2. During the Exclusive Period, Inspirit Studio shall not, and shall cause its agents, representatives and advisors not to, take any action to initiate, contact, induce, solicit, encourage, participate or assist any person or entity other than SEI and its respective affiliates in any offer, inquires, discussions, proposals or negotiations in connection with any transaction, contract, agreement, arrangement or commitments referred to above, and Inspirit Studio shall promptly inform SEI of any inquiry from any third party in connection therewith.
II. Confidentiality
Except as otherwise required by applicable law or regulation, by order of a court of competent jurisdiction, any competent authority or stock exchange, or otherwise permitted by this Agreement, each of SEI and Inspirit Studio shall not disclose to any third party any content or information in connection with the Discussion, or non-public information relating to the other Party (“Confidential Information”) without the prior consent of the other Party and shall keep Confidential Information strictly confidential.
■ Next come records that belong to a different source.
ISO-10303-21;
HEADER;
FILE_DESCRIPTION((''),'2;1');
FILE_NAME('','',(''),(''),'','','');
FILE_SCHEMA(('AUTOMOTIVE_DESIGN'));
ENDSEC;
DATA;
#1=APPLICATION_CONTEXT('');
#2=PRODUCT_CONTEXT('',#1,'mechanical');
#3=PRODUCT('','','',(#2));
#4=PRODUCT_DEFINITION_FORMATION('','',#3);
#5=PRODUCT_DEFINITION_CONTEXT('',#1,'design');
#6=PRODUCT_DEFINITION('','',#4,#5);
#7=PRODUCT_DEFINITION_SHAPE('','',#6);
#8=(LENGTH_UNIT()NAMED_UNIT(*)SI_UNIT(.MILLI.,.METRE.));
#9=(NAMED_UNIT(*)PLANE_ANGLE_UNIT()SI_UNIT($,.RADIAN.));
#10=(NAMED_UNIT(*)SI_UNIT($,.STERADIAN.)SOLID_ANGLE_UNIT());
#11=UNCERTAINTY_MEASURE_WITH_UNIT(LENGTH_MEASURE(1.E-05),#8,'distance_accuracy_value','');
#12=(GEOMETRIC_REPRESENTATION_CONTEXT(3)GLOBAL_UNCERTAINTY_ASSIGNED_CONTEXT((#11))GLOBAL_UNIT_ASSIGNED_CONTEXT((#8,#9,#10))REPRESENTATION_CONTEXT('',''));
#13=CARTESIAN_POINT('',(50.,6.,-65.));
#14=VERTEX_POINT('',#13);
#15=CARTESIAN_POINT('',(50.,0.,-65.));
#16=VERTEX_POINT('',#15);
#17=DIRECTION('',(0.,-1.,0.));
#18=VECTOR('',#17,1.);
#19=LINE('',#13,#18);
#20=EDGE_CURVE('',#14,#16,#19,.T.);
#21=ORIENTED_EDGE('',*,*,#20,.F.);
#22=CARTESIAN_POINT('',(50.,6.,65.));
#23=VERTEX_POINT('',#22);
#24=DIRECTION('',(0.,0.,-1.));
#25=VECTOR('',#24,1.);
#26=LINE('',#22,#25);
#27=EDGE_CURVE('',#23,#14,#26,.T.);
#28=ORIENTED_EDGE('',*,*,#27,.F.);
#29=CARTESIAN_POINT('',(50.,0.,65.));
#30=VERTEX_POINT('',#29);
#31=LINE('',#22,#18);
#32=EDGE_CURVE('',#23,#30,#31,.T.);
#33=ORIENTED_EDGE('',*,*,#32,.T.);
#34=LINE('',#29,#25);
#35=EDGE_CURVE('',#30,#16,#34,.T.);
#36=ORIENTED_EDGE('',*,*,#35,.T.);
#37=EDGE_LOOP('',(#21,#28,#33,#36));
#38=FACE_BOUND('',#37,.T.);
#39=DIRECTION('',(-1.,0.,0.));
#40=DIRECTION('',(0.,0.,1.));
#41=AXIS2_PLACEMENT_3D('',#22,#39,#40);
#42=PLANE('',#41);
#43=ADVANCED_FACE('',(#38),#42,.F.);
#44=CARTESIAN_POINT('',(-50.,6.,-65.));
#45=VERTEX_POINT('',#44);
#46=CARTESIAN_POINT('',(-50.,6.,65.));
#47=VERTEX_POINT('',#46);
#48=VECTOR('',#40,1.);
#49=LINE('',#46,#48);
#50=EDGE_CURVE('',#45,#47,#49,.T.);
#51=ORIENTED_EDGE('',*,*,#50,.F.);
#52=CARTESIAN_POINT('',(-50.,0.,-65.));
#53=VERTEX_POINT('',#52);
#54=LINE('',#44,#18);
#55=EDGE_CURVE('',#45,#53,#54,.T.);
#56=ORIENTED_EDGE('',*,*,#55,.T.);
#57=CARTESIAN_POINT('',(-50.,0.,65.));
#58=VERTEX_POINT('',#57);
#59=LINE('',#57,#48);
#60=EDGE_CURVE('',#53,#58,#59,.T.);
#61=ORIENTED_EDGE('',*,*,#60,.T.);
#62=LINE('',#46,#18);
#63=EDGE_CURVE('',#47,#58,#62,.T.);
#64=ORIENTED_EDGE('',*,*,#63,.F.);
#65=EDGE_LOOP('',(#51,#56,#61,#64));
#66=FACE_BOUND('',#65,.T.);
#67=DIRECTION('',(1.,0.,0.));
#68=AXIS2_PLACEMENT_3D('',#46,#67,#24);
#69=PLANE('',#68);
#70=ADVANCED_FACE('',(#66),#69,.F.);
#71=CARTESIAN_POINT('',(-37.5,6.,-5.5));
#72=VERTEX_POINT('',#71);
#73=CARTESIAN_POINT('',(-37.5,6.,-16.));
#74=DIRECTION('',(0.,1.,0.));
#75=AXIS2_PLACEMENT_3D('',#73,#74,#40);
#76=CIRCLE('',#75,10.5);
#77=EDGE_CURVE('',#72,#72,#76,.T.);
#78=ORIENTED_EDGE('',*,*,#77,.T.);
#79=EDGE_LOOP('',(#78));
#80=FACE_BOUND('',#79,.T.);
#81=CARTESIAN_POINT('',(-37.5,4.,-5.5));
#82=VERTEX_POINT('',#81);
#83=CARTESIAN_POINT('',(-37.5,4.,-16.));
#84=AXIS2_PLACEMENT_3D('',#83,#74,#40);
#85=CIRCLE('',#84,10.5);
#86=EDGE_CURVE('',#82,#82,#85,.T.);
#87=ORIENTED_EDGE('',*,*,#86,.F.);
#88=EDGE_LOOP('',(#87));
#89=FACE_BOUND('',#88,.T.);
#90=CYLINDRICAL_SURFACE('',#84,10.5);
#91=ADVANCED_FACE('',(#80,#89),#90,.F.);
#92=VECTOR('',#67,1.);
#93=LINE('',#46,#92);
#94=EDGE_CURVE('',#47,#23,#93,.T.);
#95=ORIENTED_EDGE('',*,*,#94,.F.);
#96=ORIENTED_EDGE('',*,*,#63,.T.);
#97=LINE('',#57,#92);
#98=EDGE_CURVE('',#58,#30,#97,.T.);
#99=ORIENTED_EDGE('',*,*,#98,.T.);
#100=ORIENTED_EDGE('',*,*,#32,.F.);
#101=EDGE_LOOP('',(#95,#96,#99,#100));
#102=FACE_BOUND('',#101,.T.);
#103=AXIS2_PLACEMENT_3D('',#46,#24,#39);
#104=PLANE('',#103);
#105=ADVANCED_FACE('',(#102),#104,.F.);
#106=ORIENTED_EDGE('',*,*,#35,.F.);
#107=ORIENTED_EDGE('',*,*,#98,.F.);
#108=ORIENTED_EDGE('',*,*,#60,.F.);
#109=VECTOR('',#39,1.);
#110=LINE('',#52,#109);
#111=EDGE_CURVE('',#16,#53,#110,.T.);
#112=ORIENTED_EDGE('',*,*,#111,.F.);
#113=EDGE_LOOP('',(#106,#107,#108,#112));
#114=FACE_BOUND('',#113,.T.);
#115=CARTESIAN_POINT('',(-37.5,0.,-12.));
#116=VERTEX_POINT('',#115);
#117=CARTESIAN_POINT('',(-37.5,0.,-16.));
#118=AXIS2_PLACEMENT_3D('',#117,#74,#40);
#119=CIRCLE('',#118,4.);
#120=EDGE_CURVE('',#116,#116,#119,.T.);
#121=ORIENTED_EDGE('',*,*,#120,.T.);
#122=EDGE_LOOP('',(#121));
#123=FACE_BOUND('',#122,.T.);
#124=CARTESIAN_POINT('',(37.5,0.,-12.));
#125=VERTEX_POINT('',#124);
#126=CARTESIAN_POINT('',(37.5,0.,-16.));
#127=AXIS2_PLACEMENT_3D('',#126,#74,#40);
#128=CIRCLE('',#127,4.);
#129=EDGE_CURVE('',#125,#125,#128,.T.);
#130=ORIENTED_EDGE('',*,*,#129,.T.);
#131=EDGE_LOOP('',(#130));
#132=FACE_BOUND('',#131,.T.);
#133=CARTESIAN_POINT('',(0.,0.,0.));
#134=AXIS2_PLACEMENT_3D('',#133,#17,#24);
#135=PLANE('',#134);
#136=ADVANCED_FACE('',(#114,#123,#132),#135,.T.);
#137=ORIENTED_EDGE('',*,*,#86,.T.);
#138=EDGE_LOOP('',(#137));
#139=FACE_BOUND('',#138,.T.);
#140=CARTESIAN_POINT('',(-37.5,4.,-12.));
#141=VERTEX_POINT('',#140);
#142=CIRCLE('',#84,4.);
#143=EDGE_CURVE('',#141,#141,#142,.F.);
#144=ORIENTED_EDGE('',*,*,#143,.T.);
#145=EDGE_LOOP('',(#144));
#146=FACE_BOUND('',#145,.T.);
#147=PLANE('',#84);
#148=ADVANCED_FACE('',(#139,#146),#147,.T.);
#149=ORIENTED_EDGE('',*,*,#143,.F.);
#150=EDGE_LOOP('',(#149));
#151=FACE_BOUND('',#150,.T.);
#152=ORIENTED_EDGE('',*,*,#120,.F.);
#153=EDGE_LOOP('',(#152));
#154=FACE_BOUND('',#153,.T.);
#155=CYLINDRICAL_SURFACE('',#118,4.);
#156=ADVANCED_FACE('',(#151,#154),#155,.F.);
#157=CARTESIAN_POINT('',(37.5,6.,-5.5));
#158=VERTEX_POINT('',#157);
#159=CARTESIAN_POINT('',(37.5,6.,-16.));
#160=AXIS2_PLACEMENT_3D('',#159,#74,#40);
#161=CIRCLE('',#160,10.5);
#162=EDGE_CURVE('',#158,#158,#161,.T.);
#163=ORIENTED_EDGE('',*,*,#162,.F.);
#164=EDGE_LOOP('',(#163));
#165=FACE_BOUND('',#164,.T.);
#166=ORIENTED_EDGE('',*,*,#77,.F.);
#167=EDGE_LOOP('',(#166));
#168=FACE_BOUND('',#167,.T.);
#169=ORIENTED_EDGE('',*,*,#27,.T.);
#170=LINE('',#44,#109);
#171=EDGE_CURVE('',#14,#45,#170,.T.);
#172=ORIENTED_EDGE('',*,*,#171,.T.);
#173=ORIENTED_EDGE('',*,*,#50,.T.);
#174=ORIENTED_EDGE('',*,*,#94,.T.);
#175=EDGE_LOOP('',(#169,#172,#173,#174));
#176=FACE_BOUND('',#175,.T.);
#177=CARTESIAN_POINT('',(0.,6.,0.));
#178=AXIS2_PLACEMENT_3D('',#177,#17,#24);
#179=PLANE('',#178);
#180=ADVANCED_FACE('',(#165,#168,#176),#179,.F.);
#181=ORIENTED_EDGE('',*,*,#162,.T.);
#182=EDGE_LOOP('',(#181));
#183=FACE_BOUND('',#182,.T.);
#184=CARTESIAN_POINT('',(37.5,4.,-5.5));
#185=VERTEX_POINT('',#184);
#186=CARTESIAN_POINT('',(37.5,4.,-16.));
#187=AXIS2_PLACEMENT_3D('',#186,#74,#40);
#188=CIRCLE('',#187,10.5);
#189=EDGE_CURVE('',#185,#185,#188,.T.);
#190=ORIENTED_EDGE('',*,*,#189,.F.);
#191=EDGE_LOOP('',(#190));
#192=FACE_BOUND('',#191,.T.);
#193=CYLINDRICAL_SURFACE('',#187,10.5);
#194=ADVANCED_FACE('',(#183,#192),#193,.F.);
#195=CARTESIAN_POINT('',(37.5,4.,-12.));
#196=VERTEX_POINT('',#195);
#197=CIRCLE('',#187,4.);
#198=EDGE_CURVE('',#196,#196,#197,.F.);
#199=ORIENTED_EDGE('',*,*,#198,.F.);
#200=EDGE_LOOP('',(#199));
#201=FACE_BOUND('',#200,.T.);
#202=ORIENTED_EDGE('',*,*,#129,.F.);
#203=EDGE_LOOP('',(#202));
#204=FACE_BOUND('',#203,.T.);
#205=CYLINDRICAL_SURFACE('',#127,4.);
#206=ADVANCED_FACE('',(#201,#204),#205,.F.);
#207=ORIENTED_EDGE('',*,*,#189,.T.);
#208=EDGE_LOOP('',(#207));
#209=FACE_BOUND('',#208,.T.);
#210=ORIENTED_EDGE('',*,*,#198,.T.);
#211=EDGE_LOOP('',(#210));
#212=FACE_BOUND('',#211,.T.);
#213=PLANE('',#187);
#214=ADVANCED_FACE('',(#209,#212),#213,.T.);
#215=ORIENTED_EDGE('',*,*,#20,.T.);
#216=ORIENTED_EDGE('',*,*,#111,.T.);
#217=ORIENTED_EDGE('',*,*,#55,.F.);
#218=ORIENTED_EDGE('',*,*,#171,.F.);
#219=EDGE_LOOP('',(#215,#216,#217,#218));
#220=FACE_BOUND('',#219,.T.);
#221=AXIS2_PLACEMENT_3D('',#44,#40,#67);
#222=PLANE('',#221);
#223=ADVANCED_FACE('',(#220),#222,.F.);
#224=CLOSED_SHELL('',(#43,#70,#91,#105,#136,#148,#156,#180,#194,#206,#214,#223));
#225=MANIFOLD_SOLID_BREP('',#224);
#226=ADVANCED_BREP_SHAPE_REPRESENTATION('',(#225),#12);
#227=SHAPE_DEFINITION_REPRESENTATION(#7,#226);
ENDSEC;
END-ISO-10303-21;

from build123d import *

# Parameters (mm, degrees)
SKETCH1_W           = 100
SKETCH1_H           = 130
BOSS_EXTRUDE1_DEPTH = 6
SKETCH3_R           = 4
CUT_EXTRUDE2_DEPTH  = 7
SKETCH4_R           = 10.5
CUT_EXTRUDE3_DEPTH  = 2


with BuildPart() as part:
    # Sketch1 → Boss-Extrude1 (new body)
    with BuildSketch(Plane(origin=(0, 0, 0), x_dir=(1, 0, 0), z_dir=(0, 1, 0))):
        Rectangle(SKETCH1_W, SKETCH1_H)
    extrude(amount=BOSS_EXTRUDE1_DEPTH)

    # Sketch3 → Cut-Extrude2 (cut, through all)
    with BuildSketch(Plane(origin=(0, 6, 0), x_dir=(1, 0, 0), z_dir=(0, 1, 0))):
        with Locations((-37.5, 16)):
            Circle(SKETCH3_R)
        with Locations((37.5, 16)):
            Circle(SKETCH3_R)
    extrude(amount=-CUT_EXTRUDE2_DEPTH, mode=Mode.SUBTRACT)

    # Sketch4 → Cut-Extrude3 (cut)
    with BuildSketch(Plane(origin=(0, 6, 0), x_dir=(1, 0, 0), z_dir=(0, 1, 0))):
        with Locations((37.5, 16)):
            Circle(SKETCH4_R)
        with Locations((-37.5, 16)):
            Circle(SKETCH4_R)
    extrude(amount=-CUT_EXTRUDE3_DEPTH, mode=Mode.SUBTRACT)


solid = part.part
Each Party may disclose Confidential Information to its directors, managers, employees, professional advisers, accountants or lawyers (whether current or prospective) on a need-to-know basis; provided, however, that the disclosing Party shall ensure that such persons are subject to the same confidentiality obligation as they were under this Agreement. To the extent permitted by applicable law, for any Party to disclose Confidential Information to a court, a competent authority or stock exchange, such disclosing Party shall notify the other Party in advance of such disclosure and shall obtain the consent of the other Party with respect to the contents of such disclosure. This confidentiality provision shall survive expiration of the Exclusive Period for two (2) years from the expiration date of the Exclusive Period.
III. Miscellaneous
1. Each Party hereby represents and warrants to the other Party that it has full legal right and authority to execute, deliver and perform fully its obligations under this Agreement. When executed and delivered by the Party, this Agreement shall constitute a valid and binding agreement of each Party, enforceable against such Party in accordance with its terms.
2. This Agreement shall be governed by, and constructed in accordance with, the laws of the State of New York.
3. This Agreement may be executed in any number of counterparts and by the different Parties on separate counterparts, each of which when so executed and delivered shall be an original, but all the counterparts shall together constitute one and the same instrument.
[Signature page follows]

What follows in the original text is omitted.